A circular disk is cut into n distinct sectors, each shaped like a piece of pie and all meeting at the center point of the disk. Each sector is to be painted red, green, yellow, or blue in such a way that no two adjacent sectors are painted the same color. Let Sn be the number of ways to paint the disk using these four colors.
Consider a pie cut into j sectors with Sj different ways to color it. If you take one of the sectors, w and subdivide it into two sectors w1 and w2, then wedge new sector, x between them, we now have a pie of j - (original sector w) + (3 new sectors w1, w2 and x) = j+2 sectors. To create a proper coloring of this new pie, let w1 and w2 be colored the same color that w was. Sector x can now be colored any of the three remaining colors. Therefore there are 3Sj legal colorings for this new pie with j+2 sectors.

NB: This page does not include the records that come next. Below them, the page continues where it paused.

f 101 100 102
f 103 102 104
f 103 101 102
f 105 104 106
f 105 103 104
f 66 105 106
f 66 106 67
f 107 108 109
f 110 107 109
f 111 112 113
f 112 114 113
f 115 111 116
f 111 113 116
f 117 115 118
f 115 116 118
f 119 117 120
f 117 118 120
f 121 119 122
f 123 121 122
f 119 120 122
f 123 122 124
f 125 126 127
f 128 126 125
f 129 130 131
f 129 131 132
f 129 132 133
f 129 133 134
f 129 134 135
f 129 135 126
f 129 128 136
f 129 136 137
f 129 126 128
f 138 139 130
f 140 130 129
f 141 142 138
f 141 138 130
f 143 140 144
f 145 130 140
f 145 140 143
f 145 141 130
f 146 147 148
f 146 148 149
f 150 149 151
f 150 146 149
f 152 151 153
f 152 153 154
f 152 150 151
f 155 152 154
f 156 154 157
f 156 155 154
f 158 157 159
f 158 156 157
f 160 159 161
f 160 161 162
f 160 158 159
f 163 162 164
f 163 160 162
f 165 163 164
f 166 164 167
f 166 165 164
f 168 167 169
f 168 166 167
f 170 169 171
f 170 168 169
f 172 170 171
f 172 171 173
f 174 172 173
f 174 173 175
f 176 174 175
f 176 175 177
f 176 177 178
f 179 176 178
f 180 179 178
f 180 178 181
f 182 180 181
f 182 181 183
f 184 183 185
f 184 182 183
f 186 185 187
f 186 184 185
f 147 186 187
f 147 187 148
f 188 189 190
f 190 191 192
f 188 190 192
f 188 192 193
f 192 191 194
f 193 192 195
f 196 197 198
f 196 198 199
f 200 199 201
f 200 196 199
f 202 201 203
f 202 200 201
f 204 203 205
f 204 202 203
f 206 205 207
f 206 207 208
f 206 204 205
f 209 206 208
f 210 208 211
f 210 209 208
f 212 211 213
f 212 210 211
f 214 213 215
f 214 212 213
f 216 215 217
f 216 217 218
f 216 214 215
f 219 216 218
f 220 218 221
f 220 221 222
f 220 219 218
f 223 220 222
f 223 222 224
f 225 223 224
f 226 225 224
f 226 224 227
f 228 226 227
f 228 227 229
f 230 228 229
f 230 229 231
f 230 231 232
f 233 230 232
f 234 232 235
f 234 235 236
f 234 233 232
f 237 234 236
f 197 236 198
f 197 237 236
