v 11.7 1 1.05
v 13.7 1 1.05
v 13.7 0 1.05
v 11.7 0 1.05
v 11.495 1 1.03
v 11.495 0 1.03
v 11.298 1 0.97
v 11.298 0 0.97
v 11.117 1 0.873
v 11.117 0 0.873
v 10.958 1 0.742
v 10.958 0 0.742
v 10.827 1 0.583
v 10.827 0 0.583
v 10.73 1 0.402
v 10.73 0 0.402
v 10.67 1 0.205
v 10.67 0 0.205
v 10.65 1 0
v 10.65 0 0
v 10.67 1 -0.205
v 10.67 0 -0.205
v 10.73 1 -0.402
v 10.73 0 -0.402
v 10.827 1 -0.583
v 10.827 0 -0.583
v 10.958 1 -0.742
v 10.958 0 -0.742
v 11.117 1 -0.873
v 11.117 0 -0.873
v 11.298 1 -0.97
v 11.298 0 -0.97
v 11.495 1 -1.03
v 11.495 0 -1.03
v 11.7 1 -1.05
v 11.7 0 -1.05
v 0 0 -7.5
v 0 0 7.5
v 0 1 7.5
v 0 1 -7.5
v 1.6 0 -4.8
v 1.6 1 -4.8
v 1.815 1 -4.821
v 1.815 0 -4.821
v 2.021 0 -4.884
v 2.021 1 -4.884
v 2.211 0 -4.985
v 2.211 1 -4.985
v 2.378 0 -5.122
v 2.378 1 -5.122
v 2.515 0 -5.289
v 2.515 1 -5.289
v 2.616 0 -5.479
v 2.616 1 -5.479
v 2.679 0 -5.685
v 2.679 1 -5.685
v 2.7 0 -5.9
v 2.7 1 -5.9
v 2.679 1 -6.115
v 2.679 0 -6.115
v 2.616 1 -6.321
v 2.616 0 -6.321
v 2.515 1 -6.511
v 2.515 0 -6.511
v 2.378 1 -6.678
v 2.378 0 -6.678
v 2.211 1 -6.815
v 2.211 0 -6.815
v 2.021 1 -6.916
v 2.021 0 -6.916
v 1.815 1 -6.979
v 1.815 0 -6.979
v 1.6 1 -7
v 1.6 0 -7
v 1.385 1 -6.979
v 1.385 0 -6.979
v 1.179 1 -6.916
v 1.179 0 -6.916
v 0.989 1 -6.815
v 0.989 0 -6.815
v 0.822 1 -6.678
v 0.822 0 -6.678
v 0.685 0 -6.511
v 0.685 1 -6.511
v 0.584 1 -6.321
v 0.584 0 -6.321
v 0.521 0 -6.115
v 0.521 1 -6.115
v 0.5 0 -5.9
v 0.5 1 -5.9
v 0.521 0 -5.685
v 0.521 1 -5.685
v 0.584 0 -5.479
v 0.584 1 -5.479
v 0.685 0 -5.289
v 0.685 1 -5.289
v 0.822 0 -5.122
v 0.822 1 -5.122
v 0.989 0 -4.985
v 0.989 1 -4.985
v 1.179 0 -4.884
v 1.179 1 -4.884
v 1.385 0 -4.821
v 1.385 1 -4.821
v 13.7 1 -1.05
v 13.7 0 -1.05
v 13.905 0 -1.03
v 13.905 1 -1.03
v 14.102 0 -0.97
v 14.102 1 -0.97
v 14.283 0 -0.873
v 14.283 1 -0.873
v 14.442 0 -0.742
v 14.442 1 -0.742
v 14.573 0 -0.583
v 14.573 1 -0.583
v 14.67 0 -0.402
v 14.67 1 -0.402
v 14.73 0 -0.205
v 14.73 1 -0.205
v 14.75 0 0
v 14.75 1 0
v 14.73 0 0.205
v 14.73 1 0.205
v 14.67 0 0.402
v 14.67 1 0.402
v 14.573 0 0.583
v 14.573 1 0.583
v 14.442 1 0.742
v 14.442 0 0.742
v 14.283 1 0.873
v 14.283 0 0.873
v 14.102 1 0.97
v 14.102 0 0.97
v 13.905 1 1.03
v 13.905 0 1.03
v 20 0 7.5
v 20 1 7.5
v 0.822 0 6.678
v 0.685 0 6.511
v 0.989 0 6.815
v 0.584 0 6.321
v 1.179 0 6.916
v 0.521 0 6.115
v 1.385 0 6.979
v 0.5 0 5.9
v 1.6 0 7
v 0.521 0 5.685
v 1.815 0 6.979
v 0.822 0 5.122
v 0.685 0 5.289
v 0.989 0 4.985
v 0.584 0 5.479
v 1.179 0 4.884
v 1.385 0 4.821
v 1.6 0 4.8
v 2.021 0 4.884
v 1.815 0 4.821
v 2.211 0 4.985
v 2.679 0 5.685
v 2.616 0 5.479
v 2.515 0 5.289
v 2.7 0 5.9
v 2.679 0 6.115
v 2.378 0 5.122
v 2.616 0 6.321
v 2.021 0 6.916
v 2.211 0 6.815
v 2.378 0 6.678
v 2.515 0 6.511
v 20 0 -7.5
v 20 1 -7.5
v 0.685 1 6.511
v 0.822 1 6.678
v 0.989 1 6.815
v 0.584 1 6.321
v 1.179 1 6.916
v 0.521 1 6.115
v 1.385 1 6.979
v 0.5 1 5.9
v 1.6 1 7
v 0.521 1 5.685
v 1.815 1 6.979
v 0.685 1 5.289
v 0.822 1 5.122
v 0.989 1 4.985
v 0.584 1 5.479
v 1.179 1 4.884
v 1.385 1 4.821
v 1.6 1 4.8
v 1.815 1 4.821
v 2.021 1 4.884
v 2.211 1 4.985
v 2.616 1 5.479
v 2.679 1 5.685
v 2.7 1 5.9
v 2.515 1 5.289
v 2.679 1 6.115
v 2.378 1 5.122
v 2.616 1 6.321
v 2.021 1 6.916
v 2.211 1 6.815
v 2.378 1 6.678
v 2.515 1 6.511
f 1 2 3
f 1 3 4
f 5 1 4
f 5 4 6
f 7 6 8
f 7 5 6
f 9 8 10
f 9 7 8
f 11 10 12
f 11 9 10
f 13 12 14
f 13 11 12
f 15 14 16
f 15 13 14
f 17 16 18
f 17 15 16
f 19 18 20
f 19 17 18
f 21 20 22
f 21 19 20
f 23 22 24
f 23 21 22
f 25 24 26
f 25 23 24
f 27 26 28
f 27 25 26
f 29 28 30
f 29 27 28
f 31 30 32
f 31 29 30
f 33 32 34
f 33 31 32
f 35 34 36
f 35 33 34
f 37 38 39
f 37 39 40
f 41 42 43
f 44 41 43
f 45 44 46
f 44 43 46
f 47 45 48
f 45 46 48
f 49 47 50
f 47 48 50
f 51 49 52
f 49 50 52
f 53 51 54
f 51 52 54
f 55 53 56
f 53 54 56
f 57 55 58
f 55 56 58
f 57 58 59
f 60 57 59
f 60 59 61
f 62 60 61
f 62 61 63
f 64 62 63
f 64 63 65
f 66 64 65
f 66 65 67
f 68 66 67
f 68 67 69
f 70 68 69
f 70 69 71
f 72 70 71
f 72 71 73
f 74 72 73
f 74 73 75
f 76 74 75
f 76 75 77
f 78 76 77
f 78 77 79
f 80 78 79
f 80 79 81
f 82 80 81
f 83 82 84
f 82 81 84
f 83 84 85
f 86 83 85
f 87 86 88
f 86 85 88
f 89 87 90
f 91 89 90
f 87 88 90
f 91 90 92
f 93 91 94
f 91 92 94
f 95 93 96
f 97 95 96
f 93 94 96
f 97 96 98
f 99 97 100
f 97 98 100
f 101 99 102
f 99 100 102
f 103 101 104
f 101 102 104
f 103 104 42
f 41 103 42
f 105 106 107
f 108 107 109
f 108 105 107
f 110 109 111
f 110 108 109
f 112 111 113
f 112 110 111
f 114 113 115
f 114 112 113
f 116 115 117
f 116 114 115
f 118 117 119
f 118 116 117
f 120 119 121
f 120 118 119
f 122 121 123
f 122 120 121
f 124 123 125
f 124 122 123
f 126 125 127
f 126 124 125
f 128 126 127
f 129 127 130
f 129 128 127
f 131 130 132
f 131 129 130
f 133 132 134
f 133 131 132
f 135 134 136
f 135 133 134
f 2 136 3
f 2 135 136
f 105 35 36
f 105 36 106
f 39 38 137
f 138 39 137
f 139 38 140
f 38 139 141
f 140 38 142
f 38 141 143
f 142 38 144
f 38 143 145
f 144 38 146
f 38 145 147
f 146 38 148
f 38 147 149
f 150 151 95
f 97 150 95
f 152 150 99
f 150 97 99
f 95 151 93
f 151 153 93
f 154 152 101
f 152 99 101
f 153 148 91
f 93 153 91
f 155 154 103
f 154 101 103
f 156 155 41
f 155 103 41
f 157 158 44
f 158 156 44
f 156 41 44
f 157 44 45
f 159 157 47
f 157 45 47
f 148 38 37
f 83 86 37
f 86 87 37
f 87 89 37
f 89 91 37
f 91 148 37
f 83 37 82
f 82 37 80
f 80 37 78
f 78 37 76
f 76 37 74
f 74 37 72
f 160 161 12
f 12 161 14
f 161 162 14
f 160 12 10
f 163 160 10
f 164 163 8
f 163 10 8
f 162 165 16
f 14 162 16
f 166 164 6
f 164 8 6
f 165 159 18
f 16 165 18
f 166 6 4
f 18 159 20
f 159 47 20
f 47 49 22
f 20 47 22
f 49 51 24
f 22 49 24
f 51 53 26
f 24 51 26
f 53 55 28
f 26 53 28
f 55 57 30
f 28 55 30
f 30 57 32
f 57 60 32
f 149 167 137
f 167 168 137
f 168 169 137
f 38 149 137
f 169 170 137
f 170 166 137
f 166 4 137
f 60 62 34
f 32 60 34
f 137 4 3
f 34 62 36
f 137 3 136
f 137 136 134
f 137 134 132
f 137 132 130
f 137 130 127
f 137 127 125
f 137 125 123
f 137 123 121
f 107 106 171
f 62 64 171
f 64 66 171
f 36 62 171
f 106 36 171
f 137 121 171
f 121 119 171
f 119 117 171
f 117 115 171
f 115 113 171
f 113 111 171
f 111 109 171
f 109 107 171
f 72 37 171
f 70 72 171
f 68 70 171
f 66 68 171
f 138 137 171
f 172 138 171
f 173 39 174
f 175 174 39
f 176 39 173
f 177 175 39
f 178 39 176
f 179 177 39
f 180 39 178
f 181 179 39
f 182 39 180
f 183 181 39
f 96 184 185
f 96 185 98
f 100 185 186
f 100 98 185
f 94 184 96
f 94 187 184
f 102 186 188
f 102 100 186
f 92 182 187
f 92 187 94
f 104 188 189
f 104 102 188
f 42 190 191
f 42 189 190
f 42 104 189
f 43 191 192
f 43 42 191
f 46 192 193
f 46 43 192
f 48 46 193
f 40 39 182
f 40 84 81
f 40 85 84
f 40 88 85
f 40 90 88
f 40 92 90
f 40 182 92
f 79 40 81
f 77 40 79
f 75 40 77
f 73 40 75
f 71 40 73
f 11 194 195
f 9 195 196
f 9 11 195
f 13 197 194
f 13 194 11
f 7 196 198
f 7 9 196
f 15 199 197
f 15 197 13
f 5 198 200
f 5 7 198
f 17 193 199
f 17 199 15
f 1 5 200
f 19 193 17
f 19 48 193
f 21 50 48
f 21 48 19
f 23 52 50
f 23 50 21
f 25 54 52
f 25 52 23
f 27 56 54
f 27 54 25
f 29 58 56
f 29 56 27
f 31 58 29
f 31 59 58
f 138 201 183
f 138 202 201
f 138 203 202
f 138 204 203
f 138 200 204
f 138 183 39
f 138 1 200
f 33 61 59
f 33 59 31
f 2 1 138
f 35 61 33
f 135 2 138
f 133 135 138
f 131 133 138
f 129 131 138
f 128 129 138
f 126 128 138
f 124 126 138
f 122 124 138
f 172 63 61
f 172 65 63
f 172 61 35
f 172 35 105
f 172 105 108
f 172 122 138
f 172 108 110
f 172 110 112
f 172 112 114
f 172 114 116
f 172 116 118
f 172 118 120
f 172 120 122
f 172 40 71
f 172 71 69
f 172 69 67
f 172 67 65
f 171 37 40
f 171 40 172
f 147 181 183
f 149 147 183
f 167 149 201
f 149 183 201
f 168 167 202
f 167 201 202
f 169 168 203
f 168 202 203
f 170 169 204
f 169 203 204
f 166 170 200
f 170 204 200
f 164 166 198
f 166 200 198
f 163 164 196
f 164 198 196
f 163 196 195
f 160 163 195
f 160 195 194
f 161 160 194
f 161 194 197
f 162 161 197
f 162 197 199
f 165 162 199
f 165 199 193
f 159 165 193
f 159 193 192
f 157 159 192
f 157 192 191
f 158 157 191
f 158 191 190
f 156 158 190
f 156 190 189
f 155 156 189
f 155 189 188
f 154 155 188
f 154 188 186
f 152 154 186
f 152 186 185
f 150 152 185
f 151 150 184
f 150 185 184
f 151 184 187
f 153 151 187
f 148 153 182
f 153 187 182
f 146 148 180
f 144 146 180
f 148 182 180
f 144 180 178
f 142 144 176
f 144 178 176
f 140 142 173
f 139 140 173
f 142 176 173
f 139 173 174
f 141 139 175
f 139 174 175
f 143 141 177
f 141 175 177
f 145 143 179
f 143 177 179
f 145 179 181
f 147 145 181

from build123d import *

# Parameters (mm, degrees)
ESQUISSE1_W             = 20
ESQUISSE1_H             = 15
BOSS_EXTRU_1_DEPTH      = 1
ESQUISSE2_R             = 1.1
ENL_V_MAT_EXTRU_1_DEPTH = 22.38340478


with BuildPart() as part:
    # Esquisse1 → Boss.-Extru.1 (new body)
    with BuildSketch(Plane(origin=(0, 0, 0), x_dir=(1, 0, 0), z_dir=(0, 1, 0))):
        with Locations((10, 0)):
            Rectangle(ESQUISSE1_W, ESQUISSE1_H)
    extrude(amount=BOSS_EXTRU_1_DEPTH)

    # Esquisse2 → Enlèv. mat.-Extru.1 (cut, through all)
    with BuildSketch(Plane(origin=(0, 1, 0), x_dir=(1, 0, 0), z_dir=(0, 1, 0))):
        with Locations(Location((1.6, 5.9, 0), (0, 0, 270))):
            Circle(ESQUISSE2_R)
        with Locations(Location((1.6, -5.9, 0), (0, 0, 270))):
            Circle(ESQUISSE2_R)
        with BuildLine():
            Line((11.7, 1.05), (13.7, 1.05))
            ThreePointArc((13.7, 1.05), (14.75, 0), (13.7, -1.05))
            Line((13.7, -1.05), (11.7, -1.05))
            ThreePointArc((11.7, -1.05), (10.65, 0), (11.7, 1.05))
        make_face()
    extrude(amount=-ENL_V_MAT_EXTRU_1_DEPTH, mode=Mode.SUBTRACT)


solid = part.part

b) 4 pts. List step by step instructions to turn a properly colored pie of j sectors into a properly colored pie of j+1 sectors (similar to the problem just demonstrated above). How many different ways could you color that pie? You must use Sj in your expression.
This is what I got, If we divide any sector, let say sector w into two halves w1 and w2 making it a pie of j+1 sector. Let say we keep the color of w1 same as color of w, then w2 has two possible color choices. Does that make 2Sj legal colorings for this new pie?
Also, I thought if we divide a sector(let's say w) in two halves(Let's say w1 and w2) and color the first half(w1) same as the orignial sector (w), w2 has 2 color choice, but sector next to has now one more color choice. I am very confused.